Often we collect sample data and want to know how representative of the whole population that sample is. If we took many samples, we would find that the distribution of the means of the samples tended towards normality even if the population as a whole were not normal. This is the central limit theorem. In Measuring Dispersion we saw that the standard deviation of a sample tells us how well the mean describes the sample as a whole. However, the standard deviation of sample means is called the standard error. The standard error therefore tells us how representative sample means are of the population mean.

We can use this to work out confidence intervals: These are boundaries within which the population is likely to fall. We need to calculate these boundaries because if we collect sample data in an effort to judge the mean of a population, we won’t know how close to the true mean the sample means are. The most common confidence interval to be calculated is the 95% interval: This means that if 100 samples were taken and means calculated, 95 of these samples would contain the true mean for the population. You might also come across a 99% confidence interval.

The 95% confidence interval is calculated using what we know about the probabilities of particular values. 95% of all z-scores fall between -1.96 and +1.96. If our sample had a mean of 0 and standard deviation of 1, 95% of the values in the sample would fall between -1.96 and +1.96. In real life, we are unlikely to have a perfectly standard normal distribution, so we need to recalculate: The lower boundary of the confidence interval will be the standard error multiplied by 1.96 then subtracted from the mean; and the upper boundary will be the standard error multiplied by 1.96 then added to the mean.

You might also want to report a margin of error associated with your findings. Let’s say we have asked 1,000 people if they like carrots, and 610 said yes. Our sample size is therefore 1,000 and our sample proportion is 0.61. To work out the margin of error with a 95% confidence interval, first calculate the standard error: Multiply the sample proportion by the sample proportion subtracted from 1, i.e:

0.61 * (1.0 - 0.61)

Divide the result by the sample size, 1000, and take the square root. This is the standard error: 0.01542. Then multiply the result by the appropriate z-value for the confidence interval, i.e. in this case 1.96. This gives 0.0302. This is the margin of error for a 95% confidence interval. In other words, you can say that based on the sample, 61% of people in the population like carrots and you can have 95% confidence that the margin of error is no more than ±3.0%.

Note that the sample size and margin of error have an inverse relationship: The larger the sample size, the smaller the margin of error. However, as the sample size increases, the diminution in the margin of error becomes smaller. In other words, increasing the sample size beyond a certain point will make very little difference to your margin of error. Increasing a sample size from 1,500 to 2,000 will decrease the margin of error by only 0.3% for a 95% confidence interval, for instance. You will have to decide on a sample size based on this. Don’t forget that your sample can also be biased for any number of other reasons anyway, and you should conduct your research to minimise biased samples.

Statistical tests often start with hypotheses. A hypothesis test is one where we want to see if a statement about a population is justified from the sample data.
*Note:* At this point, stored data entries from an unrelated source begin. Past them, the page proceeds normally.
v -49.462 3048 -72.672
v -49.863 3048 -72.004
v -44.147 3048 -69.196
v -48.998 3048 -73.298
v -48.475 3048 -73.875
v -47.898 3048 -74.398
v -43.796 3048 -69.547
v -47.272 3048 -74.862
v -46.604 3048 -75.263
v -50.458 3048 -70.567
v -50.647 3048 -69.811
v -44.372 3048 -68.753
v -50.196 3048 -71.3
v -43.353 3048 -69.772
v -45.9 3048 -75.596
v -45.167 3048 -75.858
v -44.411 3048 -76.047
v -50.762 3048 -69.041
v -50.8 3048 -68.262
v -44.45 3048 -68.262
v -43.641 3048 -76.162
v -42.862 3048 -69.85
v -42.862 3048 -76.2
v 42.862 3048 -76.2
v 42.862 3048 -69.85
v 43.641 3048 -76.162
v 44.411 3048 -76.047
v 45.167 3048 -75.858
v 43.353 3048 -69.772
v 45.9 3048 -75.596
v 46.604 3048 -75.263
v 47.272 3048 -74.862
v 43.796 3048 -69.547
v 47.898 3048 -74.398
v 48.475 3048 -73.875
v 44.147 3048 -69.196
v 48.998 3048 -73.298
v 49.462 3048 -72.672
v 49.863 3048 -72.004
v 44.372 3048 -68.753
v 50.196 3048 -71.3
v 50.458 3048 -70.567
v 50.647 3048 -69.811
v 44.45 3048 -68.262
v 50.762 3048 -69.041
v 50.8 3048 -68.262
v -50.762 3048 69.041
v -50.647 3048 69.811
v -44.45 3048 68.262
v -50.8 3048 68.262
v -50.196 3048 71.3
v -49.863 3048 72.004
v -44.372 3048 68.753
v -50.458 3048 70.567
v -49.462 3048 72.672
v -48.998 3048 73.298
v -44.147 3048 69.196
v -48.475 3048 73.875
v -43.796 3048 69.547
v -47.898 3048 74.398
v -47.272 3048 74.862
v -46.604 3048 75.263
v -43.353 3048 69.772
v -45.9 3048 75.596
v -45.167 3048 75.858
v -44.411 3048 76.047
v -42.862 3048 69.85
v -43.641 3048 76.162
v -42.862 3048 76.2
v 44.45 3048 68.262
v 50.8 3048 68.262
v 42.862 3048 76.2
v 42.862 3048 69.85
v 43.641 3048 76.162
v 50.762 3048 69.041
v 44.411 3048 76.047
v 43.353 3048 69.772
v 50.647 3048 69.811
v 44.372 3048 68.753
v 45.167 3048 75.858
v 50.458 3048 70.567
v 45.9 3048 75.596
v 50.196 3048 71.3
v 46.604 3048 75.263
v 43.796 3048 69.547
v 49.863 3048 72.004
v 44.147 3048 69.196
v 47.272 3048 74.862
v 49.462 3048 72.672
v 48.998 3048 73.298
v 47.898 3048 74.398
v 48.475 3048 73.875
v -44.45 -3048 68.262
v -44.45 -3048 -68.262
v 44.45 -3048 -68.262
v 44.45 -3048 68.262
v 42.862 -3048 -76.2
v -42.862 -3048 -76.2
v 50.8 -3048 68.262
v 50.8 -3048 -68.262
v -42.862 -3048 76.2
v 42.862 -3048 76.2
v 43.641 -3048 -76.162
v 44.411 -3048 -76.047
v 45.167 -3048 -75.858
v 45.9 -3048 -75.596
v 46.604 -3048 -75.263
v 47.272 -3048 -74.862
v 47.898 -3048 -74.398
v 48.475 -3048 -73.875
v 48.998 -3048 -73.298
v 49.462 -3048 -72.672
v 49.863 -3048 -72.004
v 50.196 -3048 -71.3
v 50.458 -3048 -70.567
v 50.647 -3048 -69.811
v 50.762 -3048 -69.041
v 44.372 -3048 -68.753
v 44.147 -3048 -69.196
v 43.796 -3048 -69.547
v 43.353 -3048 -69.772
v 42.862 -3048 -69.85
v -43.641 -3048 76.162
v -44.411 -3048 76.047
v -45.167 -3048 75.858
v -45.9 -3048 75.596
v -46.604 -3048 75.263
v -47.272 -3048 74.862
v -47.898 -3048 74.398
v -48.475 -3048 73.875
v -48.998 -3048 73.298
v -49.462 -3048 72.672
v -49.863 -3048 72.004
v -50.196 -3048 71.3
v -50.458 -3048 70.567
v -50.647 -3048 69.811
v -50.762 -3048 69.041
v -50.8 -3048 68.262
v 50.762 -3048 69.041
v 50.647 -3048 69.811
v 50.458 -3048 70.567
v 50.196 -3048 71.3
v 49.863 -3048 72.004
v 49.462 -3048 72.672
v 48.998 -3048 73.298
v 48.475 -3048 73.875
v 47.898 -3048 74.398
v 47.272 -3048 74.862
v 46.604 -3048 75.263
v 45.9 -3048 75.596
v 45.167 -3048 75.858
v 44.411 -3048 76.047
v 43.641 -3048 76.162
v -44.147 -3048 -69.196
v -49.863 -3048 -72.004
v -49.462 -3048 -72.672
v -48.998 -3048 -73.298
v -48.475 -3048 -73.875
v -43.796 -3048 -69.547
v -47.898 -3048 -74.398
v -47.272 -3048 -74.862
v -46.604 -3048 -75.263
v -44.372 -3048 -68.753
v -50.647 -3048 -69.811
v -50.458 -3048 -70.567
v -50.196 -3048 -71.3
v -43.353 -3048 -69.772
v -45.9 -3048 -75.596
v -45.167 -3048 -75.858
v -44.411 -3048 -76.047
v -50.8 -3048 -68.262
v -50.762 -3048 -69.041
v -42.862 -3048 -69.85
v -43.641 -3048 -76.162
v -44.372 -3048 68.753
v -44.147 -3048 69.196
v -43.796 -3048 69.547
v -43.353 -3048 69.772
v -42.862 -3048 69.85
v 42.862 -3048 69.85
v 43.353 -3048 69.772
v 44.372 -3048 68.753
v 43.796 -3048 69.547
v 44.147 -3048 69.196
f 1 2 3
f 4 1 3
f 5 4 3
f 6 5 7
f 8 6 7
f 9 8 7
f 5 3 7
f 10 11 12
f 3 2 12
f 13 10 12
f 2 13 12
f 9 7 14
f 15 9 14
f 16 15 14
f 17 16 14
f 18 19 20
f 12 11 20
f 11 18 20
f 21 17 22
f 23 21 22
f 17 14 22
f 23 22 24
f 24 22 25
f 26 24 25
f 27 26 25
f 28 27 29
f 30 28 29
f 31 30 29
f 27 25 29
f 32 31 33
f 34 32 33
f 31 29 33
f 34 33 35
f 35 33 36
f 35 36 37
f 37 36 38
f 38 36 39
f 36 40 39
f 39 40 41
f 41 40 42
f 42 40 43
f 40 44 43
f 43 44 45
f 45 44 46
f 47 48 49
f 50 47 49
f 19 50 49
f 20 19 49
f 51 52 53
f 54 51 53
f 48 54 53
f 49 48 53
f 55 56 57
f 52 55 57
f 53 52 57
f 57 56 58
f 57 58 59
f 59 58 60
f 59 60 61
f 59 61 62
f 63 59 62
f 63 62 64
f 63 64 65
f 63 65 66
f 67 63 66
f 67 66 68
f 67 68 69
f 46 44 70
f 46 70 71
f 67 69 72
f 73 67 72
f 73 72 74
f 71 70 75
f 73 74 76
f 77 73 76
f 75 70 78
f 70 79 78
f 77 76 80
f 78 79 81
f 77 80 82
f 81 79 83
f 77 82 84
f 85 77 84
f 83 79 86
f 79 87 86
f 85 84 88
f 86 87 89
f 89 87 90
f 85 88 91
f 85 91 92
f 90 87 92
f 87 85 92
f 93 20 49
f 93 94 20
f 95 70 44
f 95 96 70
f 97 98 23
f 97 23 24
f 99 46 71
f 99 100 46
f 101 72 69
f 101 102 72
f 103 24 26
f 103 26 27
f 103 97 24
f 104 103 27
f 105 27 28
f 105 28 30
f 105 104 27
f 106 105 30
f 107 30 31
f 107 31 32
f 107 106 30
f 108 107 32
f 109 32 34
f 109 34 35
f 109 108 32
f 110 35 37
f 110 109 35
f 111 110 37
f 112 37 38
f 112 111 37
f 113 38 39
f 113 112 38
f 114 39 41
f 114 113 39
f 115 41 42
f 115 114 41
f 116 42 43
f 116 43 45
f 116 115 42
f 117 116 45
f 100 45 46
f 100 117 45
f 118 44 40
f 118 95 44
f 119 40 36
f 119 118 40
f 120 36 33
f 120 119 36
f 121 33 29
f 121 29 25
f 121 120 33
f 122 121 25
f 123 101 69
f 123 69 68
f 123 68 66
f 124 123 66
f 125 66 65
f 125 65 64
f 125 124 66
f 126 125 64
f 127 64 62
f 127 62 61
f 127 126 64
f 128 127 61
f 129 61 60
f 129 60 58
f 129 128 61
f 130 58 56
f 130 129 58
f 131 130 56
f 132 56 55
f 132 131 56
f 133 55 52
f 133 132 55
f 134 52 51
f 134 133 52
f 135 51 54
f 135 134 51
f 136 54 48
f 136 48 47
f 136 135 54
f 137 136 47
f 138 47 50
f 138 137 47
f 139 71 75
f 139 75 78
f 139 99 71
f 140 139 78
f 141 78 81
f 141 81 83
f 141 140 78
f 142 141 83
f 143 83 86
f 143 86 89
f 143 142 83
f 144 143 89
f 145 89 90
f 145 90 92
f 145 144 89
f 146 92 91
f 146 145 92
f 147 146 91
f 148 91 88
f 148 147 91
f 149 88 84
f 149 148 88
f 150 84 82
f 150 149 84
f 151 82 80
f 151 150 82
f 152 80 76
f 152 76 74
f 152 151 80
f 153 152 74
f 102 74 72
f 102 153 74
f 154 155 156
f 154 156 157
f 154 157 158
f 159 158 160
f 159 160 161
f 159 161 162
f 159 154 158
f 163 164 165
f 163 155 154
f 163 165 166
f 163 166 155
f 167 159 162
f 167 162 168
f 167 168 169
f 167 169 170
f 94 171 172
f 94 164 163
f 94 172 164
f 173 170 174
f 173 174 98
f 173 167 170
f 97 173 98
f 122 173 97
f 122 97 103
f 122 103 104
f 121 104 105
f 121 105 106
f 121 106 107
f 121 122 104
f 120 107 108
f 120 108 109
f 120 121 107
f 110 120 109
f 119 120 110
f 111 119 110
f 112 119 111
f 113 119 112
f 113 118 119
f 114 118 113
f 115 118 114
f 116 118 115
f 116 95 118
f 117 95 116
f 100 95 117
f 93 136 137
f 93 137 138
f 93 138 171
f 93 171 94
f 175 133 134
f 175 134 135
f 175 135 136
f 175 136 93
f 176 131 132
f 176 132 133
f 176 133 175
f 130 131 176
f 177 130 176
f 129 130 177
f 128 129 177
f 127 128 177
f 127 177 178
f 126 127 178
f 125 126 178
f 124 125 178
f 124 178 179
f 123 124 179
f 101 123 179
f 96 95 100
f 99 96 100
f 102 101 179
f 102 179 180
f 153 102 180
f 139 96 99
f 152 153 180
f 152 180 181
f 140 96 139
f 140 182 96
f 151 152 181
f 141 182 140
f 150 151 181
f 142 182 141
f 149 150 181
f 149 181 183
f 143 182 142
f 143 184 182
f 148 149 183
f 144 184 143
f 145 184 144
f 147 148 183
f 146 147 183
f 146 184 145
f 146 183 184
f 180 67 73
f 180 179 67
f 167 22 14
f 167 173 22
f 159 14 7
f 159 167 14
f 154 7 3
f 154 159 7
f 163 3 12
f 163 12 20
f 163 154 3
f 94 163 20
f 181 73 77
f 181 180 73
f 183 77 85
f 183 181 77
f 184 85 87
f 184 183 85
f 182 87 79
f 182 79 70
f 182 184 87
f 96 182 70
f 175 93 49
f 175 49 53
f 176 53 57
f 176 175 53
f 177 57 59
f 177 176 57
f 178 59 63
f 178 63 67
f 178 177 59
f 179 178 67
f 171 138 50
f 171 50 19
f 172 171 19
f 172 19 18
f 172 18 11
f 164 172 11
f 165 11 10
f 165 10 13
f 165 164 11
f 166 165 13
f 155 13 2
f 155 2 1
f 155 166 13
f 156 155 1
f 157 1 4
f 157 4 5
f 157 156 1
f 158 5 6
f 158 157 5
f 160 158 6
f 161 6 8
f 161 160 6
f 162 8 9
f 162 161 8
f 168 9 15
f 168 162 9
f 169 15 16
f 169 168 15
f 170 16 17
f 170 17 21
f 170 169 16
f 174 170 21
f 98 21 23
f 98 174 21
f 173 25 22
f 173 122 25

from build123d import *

# Parameters (mm, degrees)
F1_DEPTH = 3048


with BuildPart() as f1:
    # F0 (on Front) → F1 (new body, symmetric)
    with BuildSketch(Plane.XZ):
        with BuildLine():
            Line((42.8625, 76.2), (-42.8625, 76.2))
            ThreePointArc((-42.8625, 76.2), (-48.47516, 73.87516), (-50.8, 68.2625))
            Line((-50.8, 68.2625), (-50.8, -68.2625))
            ThreePointArc((-50.8, -68.2625), (-48.47516, -73.87516), (-42.8625, -76.2))
            Line((-42.8625, -76.2), (42.8625, -76.2))
            ThreePointArc((42.8625, -76.2), (48.47516, -73.87516), (50.8, -68.2625))
            Line((50.8, -68.2625), (50.8, 68.2625))
            ThreePointArc((50.8, 68.2625), (48.47516, 73.87516), (42.8625, 76.2))
        make_face()
        with BuildLine():
            ThreePointArc((-44.45, 68.2625), (-43.985032, 69.385032), (-42.8625, 69.85))
            Line((-42.8625, 69.85), (42.8625, 69.85))
            ThreePointArc((42.8625, 69.85), (43.985032, 69.385032), (44.45, 68.2625))
            Line((44.45, 68.2625), (44.45, -68.2625))
            ThreePointArc((44.45, -68.2625), (43.985032, -69.385032), (42.8625, -69.85))
            Line((42.8625, -69.85), (-42.8625, -69.85))
            ThreePointArc((-42.8625, -69.85), (-43.985032, -69.385032), (-44.45, -68.2625))
            Line((-44.45, -68.2625), (-44.45, 68.2625))
        make_face(mode=Mode.SUBTRACT)
    extrude(amount=F1_DEPTH, both=True)


solid = f1.part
For example, a drug developer might want to know if a drug performs better than a placebo at increasing white blood cell count. The developer would collect data by testing the drug on one group of individuals and giving a placebo to another similar group. There are two possible statements of outcomes: (1) There is no difference in white blood cell count between populations the groups represent; (2) There is a difference. The first statement is known as the null hypothesis and the second is the alternative hypothesis. In general, a null hypothesis is one which states that there is no relationship or effect to be discerned, and the alternative hypothesis is the logical alternative, i.e. that the null hypothesis is not the case. We use statistical testing to determine the likelihood of a result as extreme as the one we observe in our data if the null hypothesis is true. A highly unlikely result does not mean that the alternative hypothesis is true, simply that we have rejected the null hypothesis.

 Type I and type II errors There are two potential errors which can occur in interpreting results. A type I error is also known as a ‘false positive’, i.e. the incorrect rejection of a true null hypothesis. In other words, you think there is a relationship, but there is not. A type II error is the failure to reject a false null hypothesis. This is also known as a ‘false negative’: You think there is no relationship, but there is.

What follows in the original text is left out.